Secretarias falam em “segurança inteligente”.
Empresas vendem “soluções inovadoras”.
Mas ninguém responde o essencial:
- Quem controla esses dados?
- Por quanto tempo são armazenados?
- Quem tem acesso?
- Com que critério alguém passa a ser “suspeito”?
- E quem fiscaliza o fiscal?
Na prática, cria-se uma infraestrutura de vigilância permanente, sem os freios legais que deveriam vir antes — não depois.
Sem lei, sem limite
Em muitos desses municípios:
- Não existe legislação local regulando reconhecimento facial
- Não há conselho independente de fiscalização
- Não há política clara de proteção de dados
- Não há prestação de contas à população
O cidadão vira objeto de monitoramento, não sujeito de direitos.

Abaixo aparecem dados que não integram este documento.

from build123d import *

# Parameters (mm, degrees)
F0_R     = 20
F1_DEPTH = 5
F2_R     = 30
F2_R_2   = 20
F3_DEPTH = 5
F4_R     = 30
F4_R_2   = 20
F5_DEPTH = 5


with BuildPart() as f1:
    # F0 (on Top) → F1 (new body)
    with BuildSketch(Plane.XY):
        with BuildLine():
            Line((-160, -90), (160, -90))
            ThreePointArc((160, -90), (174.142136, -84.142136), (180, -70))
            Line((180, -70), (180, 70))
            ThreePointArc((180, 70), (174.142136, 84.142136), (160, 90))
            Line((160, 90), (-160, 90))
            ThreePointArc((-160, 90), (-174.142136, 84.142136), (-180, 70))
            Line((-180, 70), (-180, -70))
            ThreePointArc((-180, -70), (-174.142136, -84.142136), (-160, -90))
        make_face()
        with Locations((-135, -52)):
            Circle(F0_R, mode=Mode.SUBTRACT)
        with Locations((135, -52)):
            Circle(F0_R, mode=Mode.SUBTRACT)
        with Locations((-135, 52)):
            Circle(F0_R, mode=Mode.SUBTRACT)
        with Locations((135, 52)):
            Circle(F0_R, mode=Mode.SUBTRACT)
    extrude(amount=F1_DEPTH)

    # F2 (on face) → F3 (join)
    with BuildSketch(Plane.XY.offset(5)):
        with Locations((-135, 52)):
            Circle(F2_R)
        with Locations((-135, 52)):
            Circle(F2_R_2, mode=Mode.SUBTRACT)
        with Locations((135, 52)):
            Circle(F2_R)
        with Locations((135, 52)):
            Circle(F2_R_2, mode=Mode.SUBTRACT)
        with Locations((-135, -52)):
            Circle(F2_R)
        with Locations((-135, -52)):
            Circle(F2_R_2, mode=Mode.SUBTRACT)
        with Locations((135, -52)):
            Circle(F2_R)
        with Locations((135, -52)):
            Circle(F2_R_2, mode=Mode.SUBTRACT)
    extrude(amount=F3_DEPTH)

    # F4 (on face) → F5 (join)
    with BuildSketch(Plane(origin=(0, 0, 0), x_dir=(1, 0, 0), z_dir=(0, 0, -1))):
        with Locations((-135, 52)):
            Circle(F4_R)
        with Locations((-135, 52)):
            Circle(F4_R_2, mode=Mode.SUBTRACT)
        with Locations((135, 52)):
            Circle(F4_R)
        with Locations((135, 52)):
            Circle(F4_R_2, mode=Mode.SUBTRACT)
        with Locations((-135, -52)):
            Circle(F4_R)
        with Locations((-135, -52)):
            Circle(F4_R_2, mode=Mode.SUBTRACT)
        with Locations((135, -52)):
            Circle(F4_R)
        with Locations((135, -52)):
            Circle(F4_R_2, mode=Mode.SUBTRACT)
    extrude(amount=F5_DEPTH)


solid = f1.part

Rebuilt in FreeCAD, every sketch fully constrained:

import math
import FreeCAD as App
import Part
import Sketcher

V = App.Vector
Q = App.Units.Quantity

doc = App.newDocument("Part")
body = doc.addObject("PartDesign::Body", "Body")

sketch1 = body.newObject("Sketcher::SketchObject", "Sketch")
sketch1.AttachmentSupport = (doc.getObject("XY_Plane"), [""])
sketch1.MapMode = "FlatFace"
sketch1.addGeometry([
    Part.LineSegment(V(-160, -90, 0), V(160, -90, 0)),
    Part.ArcOfCircle(Part.Circle(V(160.000001, -70.000001, 0), V(0, 0, 1), 19.999999), math.radians(-90.000004), math.radians(0.000004)),
    Part.LineSegment(V(180, -70, 0), V(180, 70, 0)),
    Part.ArcOfCircle(Part.Circle(V(160.000001, 70.000001, 0), V(0, 0, 1), 19.999999), math.radians(-0.000004), math.radians(90.000004)),
    Part.LineSegment(V(160, 90, 0), V(-160, 90, 0)),
    Part.ArcOfCircle(Part.Circle(V(-160.000001, 70.000001, 0), V(0, 0, 1), 19.999999), math.radians(89.999996), math.radians(180.000004)),
    Part.LineSegment(V(-180, 70, 0), V(-180, -70, 0)),
    Part.ArcOfCircle(Part.Circle(V(-160.000001, -70.000001, 0), V(0, 0, 1), 19.999999), math.radians(179.999996), math.radians(270.000004)),
    Part.Circle(V(-135, -52, 0), V(0, 0, 1), 20),
    Part.Circle(V(135, -52, 0), V(0, 0, 1), 20),
    Part.Circle(V(-135, 52, 0), V(0, 0, 1), 20),
    Part.Circle(V(135, 52, 0), V(0, 0, 1), 20),
], False)
sketch1.addConstraint([
    Sketcher.Constraint("Tangent", 0, 2, 1, 1),
    Sketcher.Constraint("Tangent", 1, 2, 2, 1),
    Sketcher.Constraint("Tangent", 2, 2, 3, 1),
    Sketcher.Constraint("Tangent", 3, 2, 4, 1),
    Sketcher.Constraint("Tangent", 4, 2, 5, 1),
    Sketcher.Constraint("Tangent", 5, 2, 6, 1),
    Sketcher.Constraint("Tangent", 6, 2, 7, 1),
    Sketcher.Constraint("Tangent", 7, 2, 0, 1),
    Sketcher.Constraint("Horizontal", 0),
    Sketcher.Constraint("Vertical", 2),
    Sketcher.Constraint("Horizontal", 4),
    Sketcher.Constraint("Vertical", 6),
    Sketcher.Constraint("Equal", 1, 3),
    Sketcher.Constraint("Equal", 3, 5),
    Sketcher.Constraint("Equal", 5, 7),
    Sketcher.Constraint("Equal", 7, 8),
    Sketcher.Constraint("Equal", 8, 9),
    Sketcher.Constraint("Equal", 9, 10),
    Sketcher.Constraint("Equal", 10, 11),
    Sketcher.Constraint("Symmetric", 1, 3, 5, 3, -1, 1),
    Sketcher.Constraint("Symmetric", 9, 3, 10, 3, -1, 1),
    Sketcher.Constraint("Symmetric", 8, 3, 11, 3, -1, 1),
    Sketcher.Constraint("Symmetric", 8, 3, 9, 3, -2),
    Sketcher.Constraint("Diameter", 8, Q("40 mm")),
    Sketcher.Constraint("DistanceX", 0, 1, 0, 2, Q("320 mm")),
    Sketcher.Constraint("DistanceY", 2, 1, 2, 2, Q("140 mm")),
    Sketcher.Constraint("DistanceX", 8, 3, -1, 1, Q("135 mm")),
    Sketcher.Constraint("DistanceY", 8, 3, -1, 1, Q("52 mm")),
])
pad1 = body.newObject("PartDesign::Pad", "Pad")
pad1.Profile = sketch1
pad1.Length = 5

sketch2 = body.newObject("Sketcher::SketchObject", "Sketch001")
sketch2.AttachmentSupport = (doc.getObject("XY_Plane"), [""])
sketch2.MapMode = "FlatFace"
sketch2.AttachmentOffset = App.Placement(V(0, 0, 5), App.Rotation())
sketch2.addGeometry([
    Part.Circle(V(-135, 52, 0), V(0, 0, 1), 30),
    Part.Circle(V(-135, 52, 0), V(0, 0, 1), 20),
    Part.Circle(V(135, 52, 0), V(0, 0, 1), 30),
    Part.Circle(V(135, 52, 0), V(0, 0, 1), 20),
    Part.Circle(V(-135, -52, 0), V(0, 0, 1), 30),
    Part.Circle(V(-135, -52, 0), V(0, 0, 1), 20),
    Part.Circle(V(135, -52, 0), V(0, 0, 1), 30),
    Part.Circle(V(135, -52, 0), V(0, 0, 1), 20),
], False)
sketch2.addConstraint([
    Sketcher.Constraint("Coincident", 1, 3, 0, 3),
    Sketcher.Constraint("Coincident", 3, 3, 2, 3),
    Sketcher.Constraint("Coincident", 5, 3, 4, 3),
    Sketcher.Constraint("Coincident", 7, 3, 6, 3),
    Sketcher.Constraint("Equal", 0, 2),
    Sketcher.Constraint("Equal", 1, 3),
    Sketcher.Constraint("Equal", 2, 4),
    Sketcher.Constraint("Equal", 3, 5),
    Sketcher.Constraint("Equal", 4, 6),
    Sketcher.Constraint("Equal", 5, 7),
    Sketcher.Constraint("Symmetric", 2, 3, 4, 3, -1, 1),
    Sketcher.Constraint("Symmetric", 0, 3, 6, 3, -1, 1),
    Sketcher.Constraint("Symmetric", 0, 3, 2, 3, -2),
    Sketcher.Constraint("Diameter", 0, Q("60 mm")),
    Sketcher.Constraint("Diameter", 1, Q("40 mm")),
    Sketcher.Constraint("DistanceX", 0, 3, -1, 1, Q("135 mm")),
    Sketcher.Constraint("DistanceY", -1, 1, 0, 3, Q("52 mm")),
])
pad2 = body.newObject("PartDesign::Pad", "Pad001")
pad2.Profile = sketch2
pad2.Length = 5

sketch3 = body.newObject("Sketcher::SketchObject", "Sketch002")
sketch3.AttachmentSupport = (doc.getObject("XY_Plane"), [""])
sketch3.MapMode = "FlatFace"
sketch3.addGeometry([
    Part.Circle(V(-135, -52, 0), V(0, 0, 1), 30),
    Part.Circle(V(-135, -52, 0), V(0, 0, 1), 20),
    Part.Circle(V(135, -52, 0), V(0, 0, 1), 30),
    Part.Circle(V(135, -52, 0), V(0, 0, 1), 20),
    Part.Circle(V(-135, 52, 0), V(0, 0, 1), 30),
    Part.Circle(V(-135, 52, 0), V(0, 0, 1), 20),
    Part.Circle(V(135, 52, 0), V(0, 0, 1), 30),
    Part.Circle(V(135, 52, 0), V(0, 0, 1), 20),
], False)
sketch3.addConstraint([
    Sketcher.Constraint("Coincident", 1, 3, 0, 3),
    Sketcher.Constraint("Coincident", 3, 3, 2, 3),
    Sketcher.Constraint("Coincident", 5, 3, 4, 3),
    Sketcher.Constraint("Coincident", 7, 3, 6, 3),
    Sketcher.Constraint("Equal", 0, 2),
    Sketcher.Constraint("Equal", 1, 3),
    Sketcher.Constraint("Equal", 2, 4),
    Sketcher.Constraint("Equal", 3, 5),
    Sketcher.Constraint("Equal", 4, 6),
    Sketcher.Constraint("Equal", 5, 7),
    Sketcher.Constraint("Symmetric", 2, 3, 4, 3, -1, 1),
    Sketcher.Constraint("Symmetric", 0, 3, 6, 3, -1, 1),
    Sketcher.Constraint("Symmetric", 0, 3, 2, 3, -2),
    Sketcher.Constraint("Diameter", 0, Q("60 mm")),
    Sketcher.Constraint("Diameter", 1, Q("40 mm")),
    Sketcher.Constraint("DistanceX", 0, 3, -1, 1, Q("135 mm")),
    Sketcher.Constraint("DistanceY", 0, 3, -1, 1, Q("52 mm")),
])
pad3 = body.newObject("PartDesign::Pad", "Pad002")
pad3.Profile = sketch3
pad3.Length = 5
pad3.Reversed = True

doc.recompute()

E o mais grave: tudo isso acontece fora do radar nacional, longe dos editoriais, dos grandes jornais, das CPIs e das manchetes.
O perigo do silêncio
Históricamente, abusos não começam em grandes centros.
Começam em zonas de teste.
Começam onde a resistência é menor.
Onde a pergunta “por quê?” não é feita.
Quando a vigilância se normaliza em cidades pequenas, ela não para ali.
Ela escala.
Ela se integra.
Ela se torna padrão.
E quando chega às capitais, já vem legitimada pelo argumento mais perigoso de todos:
“Isso já funciona em várias cidades.”
Segurança não pode ser sinônimo de submissão
Segurança pública é necessária.
Tecnologia pode ajudar.
Mas sem lei, sem debate e sem controle, tecnologia vira instrumento de poder — não de proteção.
O problema não é a câmera.
É quem a controla.
O problema não é a IA.
É a ausência de limite humano, jurídico e democrático.
A vigilância chegou primeiro onde a imprensa não olha.
E o silêncio, nesse caso, não é neutro.
É cúmplice.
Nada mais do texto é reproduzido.